After presenting Dory (Team UV’s senior project) to our adviser and a few interested technicians, I found relaxation in the beautiful landscapes of the Central Coast. During the trip, my girlfriend and I made a visit to Monterey Bay Aquarium on Cannery Row. To our surprise, we found a lesson in science and engineering in the most unsuspecting place…the Sea Otter Exhibit!
The incredibly cute creature above is quite the wet weasel! Belonging to the weasel family, sea otters live along the coasts of the northern Pacific Ocean. Aside from being adorable and cuddly they have a few survival traits that make them scientifically interesting. Sea otter fur is one of the most dense around with up to a million hairs per square inch. They need this much fur because they have no blubber! Living in freezing water is made doable by this dense fur which is fluffed from hours of daily cleaning. Fluffy fur traps air between the otters skin and the freezing Pacific water, where it acts as a thermal insulator.

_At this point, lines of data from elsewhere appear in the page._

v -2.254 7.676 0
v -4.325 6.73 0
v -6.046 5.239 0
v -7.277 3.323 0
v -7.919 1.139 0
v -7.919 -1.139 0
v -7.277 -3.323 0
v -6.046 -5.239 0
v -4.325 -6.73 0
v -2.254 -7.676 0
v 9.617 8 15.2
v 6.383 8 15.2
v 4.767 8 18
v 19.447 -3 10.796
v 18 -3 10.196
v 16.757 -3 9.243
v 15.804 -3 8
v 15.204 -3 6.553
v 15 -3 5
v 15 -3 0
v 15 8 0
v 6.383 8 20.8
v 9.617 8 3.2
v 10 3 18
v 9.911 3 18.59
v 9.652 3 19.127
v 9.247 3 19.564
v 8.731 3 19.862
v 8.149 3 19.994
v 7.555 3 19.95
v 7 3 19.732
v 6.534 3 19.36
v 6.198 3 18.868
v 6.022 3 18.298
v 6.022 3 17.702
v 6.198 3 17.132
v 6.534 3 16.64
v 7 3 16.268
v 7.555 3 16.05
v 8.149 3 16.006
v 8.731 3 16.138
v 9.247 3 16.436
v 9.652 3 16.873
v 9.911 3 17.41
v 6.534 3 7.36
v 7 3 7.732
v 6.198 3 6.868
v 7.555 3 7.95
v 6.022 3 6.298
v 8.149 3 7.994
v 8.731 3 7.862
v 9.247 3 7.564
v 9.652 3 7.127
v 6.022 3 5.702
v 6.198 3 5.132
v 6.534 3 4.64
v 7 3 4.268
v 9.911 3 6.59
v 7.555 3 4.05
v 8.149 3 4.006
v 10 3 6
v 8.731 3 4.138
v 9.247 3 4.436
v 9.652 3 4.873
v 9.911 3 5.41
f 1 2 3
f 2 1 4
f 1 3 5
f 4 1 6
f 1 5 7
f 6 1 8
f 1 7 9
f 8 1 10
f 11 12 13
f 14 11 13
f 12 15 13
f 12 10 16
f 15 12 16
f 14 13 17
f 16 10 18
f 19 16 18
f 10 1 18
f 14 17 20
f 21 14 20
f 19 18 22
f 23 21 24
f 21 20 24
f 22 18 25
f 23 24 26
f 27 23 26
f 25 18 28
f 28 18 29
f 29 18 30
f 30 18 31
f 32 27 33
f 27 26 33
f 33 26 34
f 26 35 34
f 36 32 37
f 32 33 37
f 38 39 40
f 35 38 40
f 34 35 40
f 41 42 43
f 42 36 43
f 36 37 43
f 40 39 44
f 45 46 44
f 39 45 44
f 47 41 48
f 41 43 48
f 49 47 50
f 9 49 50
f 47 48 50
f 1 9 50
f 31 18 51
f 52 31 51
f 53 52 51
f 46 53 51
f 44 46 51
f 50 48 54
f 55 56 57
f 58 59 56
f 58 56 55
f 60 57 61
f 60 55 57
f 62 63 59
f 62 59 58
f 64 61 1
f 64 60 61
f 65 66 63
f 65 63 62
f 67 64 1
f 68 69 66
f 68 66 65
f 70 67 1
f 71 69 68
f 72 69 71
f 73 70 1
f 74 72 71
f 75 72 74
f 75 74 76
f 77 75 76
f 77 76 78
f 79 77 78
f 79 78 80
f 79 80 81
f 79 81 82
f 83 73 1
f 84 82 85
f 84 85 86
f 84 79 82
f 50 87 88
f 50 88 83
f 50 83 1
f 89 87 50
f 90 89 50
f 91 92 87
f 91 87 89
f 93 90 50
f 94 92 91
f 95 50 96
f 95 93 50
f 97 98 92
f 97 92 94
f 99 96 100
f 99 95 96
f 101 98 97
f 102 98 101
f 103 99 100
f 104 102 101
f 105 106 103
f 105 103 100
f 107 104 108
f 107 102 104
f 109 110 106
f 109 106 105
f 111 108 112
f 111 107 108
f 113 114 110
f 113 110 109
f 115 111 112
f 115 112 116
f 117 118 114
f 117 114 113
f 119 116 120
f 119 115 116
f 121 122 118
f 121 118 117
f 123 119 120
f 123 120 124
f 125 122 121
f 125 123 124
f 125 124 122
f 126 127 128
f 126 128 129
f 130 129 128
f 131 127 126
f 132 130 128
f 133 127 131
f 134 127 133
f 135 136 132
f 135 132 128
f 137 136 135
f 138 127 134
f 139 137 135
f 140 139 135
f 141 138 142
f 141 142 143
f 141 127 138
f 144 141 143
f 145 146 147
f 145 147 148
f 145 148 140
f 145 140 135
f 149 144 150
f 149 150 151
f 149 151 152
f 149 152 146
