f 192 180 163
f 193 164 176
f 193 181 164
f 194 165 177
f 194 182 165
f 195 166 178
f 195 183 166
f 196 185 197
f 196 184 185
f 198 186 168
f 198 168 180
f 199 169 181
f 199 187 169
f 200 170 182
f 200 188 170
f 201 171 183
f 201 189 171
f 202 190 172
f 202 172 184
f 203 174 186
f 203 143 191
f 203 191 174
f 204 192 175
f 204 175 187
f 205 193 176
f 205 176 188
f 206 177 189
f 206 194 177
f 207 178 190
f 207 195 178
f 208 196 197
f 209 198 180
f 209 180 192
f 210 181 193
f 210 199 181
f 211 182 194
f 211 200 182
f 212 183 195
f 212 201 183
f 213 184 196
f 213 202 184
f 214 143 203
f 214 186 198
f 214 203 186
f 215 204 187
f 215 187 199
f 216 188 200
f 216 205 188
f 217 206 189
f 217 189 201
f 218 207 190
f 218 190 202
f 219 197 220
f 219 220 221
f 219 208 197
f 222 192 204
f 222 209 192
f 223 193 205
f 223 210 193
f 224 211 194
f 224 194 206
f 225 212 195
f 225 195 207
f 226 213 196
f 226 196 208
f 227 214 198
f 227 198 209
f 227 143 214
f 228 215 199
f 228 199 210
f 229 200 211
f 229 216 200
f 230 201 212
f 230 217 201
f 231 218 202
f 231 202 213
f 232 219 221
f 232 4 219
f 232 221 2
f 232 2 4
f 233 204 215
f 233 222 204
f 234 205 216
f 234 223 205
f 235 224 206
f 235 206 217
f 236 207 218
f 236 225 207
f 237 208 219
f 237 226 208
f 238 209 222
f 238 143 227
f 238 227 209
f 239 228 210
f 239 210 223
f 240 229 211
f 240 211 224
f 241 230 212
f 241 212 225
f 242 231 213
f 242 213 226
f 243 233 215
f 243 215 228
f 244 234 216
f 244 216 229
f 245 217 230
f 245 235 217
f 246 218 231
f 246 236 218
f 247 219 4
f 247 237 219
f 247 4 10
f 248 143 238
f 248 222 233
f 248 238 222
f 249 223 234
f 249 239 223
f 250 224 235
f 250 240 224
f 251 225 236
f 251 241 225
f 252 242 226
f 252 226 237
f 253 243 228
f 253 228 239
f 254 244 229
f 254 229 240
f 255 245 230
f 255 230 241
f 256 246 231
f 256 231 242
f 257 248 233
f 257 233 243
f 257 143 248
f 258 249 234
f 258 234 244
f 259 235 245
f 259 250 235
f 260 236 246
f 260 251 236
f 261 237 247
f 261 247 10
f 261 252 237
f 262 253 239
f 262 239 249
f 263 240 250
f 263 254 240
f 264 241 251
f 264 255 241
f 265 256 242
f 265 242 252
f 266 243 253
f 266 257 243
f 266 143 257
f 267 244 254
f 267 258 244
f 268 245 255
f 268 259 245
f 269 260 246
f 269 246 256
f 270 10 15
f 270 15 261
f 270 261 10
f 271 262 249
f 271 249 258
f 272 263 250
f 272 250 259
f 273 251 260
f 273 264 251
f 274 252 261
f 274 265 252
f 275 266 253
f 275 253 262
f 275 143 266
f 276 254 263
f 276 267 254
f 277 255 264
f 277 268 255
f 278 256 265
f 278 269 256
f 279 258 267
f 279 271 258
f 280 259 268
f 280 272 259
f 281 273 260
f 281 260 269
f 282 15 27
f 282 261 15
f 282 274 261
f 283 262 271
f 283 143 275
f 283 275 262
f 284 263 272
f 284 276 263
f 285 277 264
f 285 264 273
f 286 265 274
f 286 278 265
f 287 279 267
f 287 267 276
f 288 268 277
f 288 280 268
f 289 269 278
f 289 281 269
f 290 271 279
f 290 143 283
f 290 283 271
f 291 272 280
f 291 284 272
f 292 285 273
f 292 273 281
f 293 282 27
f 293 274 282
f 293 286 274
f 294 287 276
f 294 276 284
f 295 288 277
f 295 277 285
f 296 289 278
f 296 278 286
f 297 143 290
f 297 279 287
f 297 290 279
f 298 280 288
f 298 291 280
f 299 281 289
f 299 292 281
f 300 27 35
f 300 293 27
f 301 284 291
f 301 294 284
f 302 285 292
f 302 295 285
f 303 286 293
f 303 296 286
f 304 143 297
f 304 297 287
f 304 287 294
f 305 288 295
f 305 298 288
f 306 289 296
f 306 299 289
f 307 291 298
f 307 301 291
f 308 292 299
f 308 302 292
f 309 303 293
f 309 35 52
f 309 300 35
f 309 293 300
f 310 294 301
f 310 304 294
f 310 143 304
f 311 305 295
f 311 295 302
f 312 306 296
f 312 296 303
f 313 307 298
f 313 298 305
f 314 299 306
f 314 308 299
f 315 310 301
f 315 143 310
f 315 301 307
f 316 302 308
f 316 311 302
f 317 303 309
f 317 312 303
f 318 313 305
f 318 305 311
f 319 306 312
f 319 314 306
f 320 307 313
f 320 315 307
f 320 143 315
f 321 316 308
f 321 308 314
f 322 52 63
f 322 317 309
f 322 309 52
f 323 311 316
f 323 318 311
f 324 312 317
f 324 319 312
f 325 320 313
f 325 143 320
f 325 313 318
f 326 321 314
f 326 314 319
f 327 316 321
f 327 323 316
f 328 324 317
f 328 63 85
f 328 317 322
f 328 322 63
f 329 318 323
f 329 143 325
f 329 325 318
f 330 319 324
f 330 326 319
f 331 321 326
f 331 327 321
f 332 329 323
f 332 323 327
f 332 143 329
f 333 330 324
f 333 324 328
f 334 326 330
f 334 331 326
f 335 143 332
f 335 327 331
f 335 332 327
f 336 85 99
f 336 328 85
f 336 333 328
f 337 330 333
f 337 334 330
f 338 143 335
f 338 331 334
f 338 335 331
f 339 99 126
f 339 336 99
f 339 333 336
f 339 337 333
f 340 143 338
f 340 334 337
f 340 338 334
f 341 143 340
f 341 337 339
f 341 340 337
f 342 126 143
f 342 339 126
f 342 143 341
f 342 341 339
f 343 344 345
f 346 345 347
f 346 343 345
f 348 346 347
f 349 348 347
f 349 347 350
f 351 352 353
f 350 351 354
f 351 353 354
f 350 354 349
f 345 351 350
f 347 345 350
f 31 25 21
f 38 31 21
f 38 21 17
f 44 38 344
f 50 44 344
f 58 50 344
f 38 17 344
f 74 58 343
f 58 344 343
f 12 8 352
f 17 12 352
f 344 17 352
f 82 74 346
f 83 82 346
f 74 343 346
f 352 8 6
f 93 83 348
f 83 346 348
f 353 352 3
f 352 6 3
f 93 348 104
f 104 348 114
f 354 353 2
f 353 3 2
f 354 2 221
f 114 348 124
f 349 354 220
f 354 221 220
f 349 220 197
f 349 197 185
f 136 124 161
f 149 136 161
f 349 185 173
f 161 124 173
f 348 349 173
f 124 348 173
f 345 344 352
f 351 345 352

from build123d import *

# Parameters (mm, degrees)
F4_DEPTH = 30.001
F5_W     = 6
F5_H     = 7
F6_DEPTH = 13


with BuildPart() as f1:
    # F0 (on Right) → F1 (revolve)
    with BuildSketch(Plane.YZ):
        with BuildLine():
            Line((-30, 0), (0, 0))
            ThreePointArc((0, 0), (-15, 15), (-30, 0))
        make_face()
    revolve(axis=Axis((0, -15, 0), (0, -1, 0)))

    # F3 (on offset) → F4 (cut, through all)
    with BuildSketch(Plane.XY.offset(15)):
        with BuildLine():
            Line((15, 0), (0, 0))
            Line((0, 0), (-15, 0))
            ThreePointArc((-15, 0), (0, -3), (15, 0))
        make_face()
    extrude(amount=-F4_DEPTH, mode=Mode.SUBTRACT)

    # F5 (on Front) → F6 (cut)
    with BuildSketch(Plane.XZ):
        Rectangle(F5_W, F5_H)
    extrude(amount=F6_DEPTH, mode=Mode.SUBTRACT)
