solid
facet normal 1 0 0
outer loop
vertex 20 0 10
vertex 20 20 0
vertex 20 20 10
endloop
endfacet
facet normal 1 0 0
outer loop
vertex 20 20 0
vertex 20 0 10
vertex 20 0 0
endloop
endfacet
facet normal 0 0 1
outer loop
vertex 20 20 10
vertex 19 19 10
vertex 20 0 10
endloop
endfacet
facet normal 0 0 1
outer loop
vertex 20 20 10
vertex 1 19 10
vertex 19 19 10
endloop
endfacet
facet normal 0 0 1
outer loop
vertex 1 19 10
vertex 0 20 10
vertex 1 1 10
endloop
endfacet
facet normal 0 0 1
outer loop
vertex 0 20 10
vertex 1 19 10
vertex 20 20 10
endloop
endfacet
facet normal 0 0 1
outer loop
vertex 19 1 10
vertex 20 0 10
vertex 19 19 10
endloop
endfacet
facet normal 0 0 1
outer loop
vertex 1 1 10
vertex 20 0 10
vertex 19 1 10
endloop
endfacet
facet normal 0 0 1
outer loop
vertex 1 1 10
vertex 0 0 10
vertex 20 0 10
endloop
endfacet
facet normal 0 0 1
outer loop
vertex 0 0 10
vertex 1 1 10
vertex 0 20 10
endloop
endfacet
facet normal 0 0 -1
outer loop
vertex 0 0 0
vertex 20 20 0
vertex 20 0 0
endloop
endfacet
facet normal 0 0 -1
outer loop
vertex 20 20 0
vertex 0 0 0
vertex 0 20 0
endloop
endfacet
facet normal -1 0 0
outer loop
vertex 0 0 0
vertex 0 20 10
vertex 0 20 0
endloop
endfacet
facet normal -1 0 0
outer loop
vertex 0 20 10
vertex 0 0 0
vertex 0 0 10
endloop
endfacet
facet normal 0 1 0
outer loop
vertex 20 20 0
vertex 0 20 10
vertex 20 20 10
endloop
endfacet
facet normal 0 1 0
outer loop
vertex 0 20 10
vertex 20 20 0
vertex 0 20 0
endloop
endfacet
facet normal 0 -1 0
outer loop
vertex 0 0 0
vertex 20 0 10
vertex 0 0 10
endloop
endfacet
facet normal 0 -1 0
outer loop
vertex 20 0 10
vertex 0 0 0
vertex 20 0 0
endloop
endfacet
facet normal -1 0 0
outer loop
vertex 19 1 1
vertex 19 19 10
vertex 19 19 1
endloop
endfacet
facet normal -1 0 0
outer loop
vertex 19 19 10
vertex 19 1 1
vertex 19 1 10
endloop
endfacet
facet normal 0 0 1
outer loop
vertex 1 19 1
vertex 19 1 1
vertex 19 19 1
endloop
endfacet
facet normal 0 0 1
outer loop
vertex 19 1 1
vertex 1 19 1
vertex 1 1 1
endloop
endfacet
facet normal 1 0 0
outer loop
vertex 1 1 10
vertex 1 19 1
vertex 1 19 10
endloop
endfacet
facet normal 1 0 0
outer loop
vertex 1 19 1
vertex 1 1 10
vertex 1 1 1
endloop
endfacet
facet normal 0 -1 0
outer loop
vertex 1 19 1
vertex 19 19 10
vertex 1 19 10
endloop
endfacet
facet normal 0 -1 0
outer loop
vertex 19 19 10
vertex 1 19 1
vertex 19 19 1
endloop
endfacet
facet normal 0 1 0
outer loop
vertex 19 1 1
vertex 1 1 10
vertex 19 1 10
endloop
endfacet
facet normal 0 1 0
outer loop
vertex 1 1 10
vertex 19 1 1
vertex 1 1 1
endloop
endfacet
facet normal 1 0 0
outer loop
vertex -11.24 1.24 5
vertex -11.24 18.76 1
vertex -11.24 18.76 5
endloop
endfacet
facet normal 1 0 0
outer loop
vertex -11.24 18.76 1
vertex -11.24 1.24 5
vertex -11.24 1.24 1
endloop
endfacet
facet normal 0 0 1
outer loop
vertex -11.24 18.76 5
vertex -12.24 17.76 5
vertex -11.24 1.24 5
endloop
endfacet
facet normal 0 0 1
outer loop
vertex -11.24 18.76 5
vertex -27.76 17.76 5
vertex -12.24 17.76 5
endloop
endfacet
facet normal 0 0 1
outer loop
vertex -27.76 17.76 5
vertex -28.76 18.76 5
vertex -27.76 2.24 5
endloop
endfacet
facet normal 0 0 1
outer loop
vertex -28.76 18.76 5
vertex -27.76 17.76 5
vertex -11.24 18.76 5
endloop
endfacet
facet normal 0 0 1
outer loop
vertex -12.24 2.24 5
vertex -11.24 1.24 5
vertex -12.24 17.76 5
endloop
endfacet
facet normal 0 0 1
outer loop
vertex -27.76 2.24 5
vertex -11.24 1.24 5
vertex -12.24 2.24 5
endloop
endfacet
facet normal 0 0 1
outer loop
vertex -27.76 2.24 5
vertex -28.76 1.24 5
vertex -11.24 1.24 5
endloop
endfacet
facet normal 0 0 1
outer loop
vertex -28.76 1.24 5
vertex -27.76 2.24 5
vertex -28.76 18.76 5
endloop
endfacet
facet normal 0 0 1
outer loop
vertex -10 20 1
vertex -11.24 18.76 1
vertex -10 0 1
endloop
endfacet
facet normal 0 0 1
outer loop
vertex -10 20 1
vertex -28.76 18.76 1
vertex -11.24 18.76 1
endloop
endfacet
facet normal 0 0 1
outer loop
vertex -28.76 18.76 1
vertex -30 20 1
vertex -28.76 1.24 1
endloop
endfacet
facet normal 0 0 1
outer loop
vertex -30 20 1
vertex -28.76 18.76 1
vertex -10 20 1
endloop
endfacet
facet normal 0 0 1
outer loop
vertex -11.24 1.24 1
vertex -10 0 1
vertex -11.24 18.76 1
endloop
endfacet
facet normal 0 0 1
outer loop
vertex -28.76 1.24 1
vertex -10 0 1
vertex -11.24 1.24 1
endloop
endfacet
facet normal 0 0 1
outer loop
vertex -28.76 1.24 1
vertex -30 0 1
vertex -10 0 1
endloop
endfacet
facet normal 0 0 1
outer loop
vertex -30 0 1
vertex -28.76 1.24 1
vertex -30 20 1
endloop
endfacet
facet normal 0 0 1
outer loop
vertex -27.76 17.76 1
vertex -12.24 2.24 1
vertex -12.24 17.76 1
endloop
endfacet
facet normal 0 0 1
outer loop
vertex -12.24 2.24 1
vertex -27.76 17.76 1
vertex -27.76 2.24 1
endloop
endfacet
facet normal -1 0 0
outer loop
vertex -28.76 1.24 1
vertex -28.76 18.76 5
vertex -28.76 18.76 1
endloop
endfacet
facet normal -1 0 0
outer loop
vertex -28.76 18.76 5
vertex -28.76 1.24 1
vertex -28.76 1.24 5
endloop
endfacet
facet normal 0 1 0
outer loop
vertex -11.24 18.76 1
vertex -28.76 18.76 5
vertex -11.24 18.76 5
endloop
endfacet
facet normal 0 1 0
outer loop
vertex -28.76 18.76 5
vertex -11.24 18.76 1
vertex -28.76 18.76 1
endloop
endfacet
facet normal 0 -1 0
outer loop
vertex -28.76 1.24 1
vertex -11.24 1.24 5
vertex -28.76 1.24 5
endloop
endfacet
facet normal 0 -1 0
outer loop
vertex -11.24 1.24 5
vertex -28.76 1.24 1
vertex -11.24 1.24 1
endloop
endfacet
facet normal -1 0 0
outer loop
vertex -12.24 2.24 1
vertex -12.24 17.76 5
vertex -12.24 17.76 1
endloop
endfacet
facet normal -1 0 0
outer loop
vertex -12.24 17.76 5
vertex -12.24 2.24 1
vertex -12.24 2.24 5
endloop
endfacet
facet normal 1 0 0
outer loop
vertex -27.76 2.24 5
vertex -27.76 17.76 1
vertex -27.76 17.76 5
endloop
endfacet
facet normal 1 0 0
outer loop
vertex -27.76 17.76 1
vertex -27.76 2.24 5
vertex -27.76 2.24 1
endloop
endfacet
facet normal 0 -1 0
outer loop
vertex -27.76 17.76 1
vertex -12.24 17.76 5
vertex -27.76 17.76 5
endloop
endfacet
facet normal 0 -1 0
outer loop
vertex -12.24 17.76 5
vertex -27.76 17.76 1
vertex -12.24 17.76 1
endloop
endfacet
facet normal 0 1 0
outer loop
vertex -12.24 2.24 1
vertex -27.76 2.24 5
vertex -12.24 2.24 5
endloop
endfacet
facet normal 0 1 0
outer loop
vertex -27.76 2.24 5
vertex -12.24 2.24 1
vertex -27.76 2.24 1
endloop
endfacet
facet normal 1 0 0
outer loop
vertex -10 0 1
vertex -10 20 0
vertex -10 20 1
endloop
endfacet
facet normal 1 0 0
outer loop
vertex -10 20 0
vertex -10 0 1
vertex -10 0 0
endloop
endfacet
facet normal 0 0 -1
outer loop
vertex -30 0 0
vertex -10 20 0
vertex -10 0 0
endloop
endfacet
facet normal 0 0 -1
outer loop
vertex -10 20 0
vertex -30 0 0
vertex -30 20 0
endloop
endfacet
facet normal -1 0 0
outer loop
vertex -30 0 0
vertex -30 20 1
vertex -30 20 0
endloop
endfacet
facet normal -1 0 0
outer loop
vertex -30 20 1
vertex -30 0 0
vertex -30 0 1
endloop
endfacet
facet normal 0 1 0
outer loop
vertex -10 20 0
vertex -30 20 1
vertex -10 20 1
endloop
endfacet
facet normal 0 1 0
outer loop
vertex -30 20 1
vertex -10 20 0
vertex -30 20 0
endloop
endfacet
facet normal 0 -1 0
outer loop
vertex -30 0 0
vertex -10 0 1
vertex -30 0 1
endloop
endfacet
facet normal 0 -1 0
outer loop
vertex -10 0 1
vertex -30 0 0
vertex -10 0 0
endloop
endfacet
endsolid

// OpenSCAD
// [FL_INDEX: keywords="openscad, 3d_parametric, Another_Customizable_Box, csg_solid" | COT="Parametric OpenSCAD design from 3DCodeverse"]
// Title: Another Customizable Box

// Customizable box with lid
// by Hari Wiguna, Oct 2013

// Box Width (mm)
boxX = 20;

// Box Depth (mm)
boxY = 20;

// Box Height (mm)
boxZ = 10;

// Wall Thickness (mm)
wallT = 1;

// Lid lip height (mm)
lidZ = 5;

// (mm. Smaller number means tighter fit)
lidClearance = 0.24;

// Choose No if you're just tweaking the lid clearance
printBox = 1; // [1:Yes,0:No]

printLid = 1; // [1:Yes,0:No]

t2 = wallT * 2;
t4 = wallT * 4;

// Generate Box & Lid
union()
{
	Box();
	translate([-boxX-10,0,0]) Lid();
}

module Box()
{
	if (printBox==1)
	difference()
	{
		// Outer box
		cube([boxX, boxY, boxZ]);

		// Subtract inner void
		translate([wallT, wallT, wallT])
			cube([boxX-t2,boxY-t2,boxZ]);
	}
}

module Lid()
{
	if (printLid==1)
	union()
	{
		cube([boxX, boxY, wallT]);
		LidInset(boxX, boxY, lidZ);
	}
}

module LidInset(x,y,z)
{
	f = lidClearance;
	translate([wallT+f, wallT+f, wallT])
	difference()
	{
		cube([x-2*(wallT+f), y-2*(wallT+f), z-wallT]);

		translate([wallT,wallT,0])
			cube([x-t4-(2*f), y-t4-(2*f), z]);
	}
}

Layers of air can act as a great insulator, reducing the amount of thermal energy lost to the environment. We see this “phenomenon” practically everywhere; birds “fluff” up their feathers and people wear layers of clothing to trap air close to their skin.
Thermal energy flows in one direction: from a warmer body to a colder body. Insulation such as air is used to reduce the rate of heat transfer in that direction. Many popular building materials use trapped air pockets to slow convective heat transfer (heat transfer due to fluid motion, which is caused by density changes in the heated fluid for the case of natural convection) while also reducing conductive heat transfer (heat transfer through a body due to physical contact). These materials are placed between walls or along pipes to control thermal energy flow. Another popular application is in double pane windows where an air space acts as a thermal insulator between the inside and outside environments.
It’s cool to see the science behind nature especially when you can see its application in other forms. Who knew I would continue to learn even while on vacation!